Record excerpts:
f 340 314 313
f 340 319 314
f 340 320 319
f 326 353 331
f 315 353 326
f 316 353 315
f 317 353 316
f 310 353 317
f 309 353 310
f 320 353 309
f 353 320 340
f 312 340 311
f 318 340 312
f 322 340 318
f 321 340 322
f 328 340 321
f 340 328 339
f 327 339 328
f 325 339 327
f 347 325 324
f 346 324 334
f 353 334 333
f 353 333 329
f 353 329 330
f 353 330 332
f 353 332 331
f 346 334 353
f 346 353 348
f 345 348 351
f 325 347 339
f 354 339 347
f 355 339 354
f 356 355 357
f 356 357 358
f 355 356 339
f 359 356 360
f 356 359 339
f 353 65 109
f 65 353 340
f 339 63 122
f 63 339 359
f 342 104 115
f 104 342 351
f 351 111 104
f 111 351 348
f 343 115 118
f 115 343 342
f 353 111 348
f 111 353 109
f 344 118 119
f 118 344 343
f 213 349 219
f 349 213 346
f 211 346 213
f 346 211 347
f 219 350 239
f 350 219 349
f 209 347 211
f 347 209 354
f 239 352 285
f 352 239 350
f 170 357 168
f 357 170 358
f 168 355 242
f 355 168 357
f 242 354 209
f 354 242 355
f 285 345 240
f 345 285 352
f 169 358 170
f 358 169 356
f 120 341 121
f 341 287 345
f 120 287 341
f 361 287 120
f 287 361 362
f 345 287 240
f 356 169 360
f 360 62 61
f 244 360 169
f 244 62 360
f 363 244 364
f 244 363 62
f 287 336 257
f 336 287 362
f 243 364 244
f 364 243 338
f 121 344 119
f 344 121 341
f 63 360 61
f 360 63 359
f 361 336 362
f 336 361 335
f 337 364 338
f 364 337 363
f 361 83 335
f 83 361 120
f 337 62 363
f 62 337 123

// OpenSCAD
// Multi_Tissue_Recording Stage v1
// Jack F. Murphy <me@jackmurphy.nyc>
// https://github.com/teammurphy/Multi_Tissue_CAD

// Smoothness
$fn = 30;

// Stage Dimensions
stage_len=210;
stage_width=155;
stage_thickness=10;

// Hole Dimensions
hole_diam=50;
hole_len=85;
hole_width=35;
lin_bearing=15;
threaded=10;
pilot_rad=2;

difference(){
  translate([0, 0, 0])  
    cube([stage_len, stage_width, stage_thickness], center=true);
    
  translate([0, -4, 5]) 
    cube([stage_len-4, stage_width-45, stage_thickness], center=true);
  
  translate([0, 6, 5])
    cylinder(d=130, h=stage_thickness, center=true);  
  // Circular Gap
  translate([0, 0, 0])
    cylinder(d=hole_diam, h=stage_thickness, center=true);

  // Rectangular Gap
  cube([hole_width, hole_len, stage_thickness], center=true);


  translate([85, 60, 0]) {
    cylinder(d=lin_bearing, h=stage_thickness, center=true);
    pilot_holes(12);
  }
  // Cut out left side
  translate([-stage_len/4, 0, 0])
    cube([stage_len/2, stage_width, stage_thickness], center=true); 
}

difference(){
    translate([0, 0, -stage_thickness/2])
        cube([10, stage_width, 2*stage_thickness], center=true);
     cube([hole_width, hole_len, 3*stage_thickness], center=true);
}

Task goal: Repeat, exactly and only, the lines from the beginning of the material through the line that contains "f 121 344 119".

Result:
f 340 314 313
f 340 319 314
f 340 320 319
f 326 353 331
f 315 353 326
f 316 353 315
f 317 353 316
f 310 353 317
f 309 353 310
f 320 353 309
f 353 320 340
f 312 340 311
f 318 340 312
f 322 340 318
f 321 340 322
f 328 340 321
f 340 328 339
f 327 339 328
f 325 339 327
f 347 325 324
f 346 324 334
f 353 334 333
f 353 333 329
f 353 329 330
f 353 330 332
f 353 332 331
f 346 334 353
f 346 353 348
f 345 348 351
f 325 347 339
f 354 339 347
f 355 339 354
f 356 355 357
f 356 357 358
f 355 356 339
f 359 356 360
f 356 359 339
f 353 65 109
f 65 353 340
f 339 63 122
f 63 339 359
f 342 104 115
f 104 342 351
f 351 111 104
f 111 351 348
f 343 115 118
f 115 343 342
f 353 111 348
f 111 353 109
f 344 118 119
f 118 344 343
f 213 349 219
f 349 213 346
f 211 346 213
f 346 211 347
f 219 350 239
f 350 219 349
f 209 347 211
f 347 209 354
f 239 352 285
f 352 239 350
f 170 357 168
f 357 170 358
f 168 355 242
f 355 168 357
f 242 354 209
f 354 242 355
f 285 345 240
f 345 285 352
f 169 358 170
f 358 169 356
f 120 341 121
f 341 287 345
f 120 287 341
f 361 287 120
f 287 361 362
f 345 287 240
f 356 169 360
f 360 62 61
f 244 360 169
f 244 62 360
f 363 244 364
f 244 363 62
f 287 336 257
f 336 287 362
f 243 364 244
f 364 243 338
f 121 344 119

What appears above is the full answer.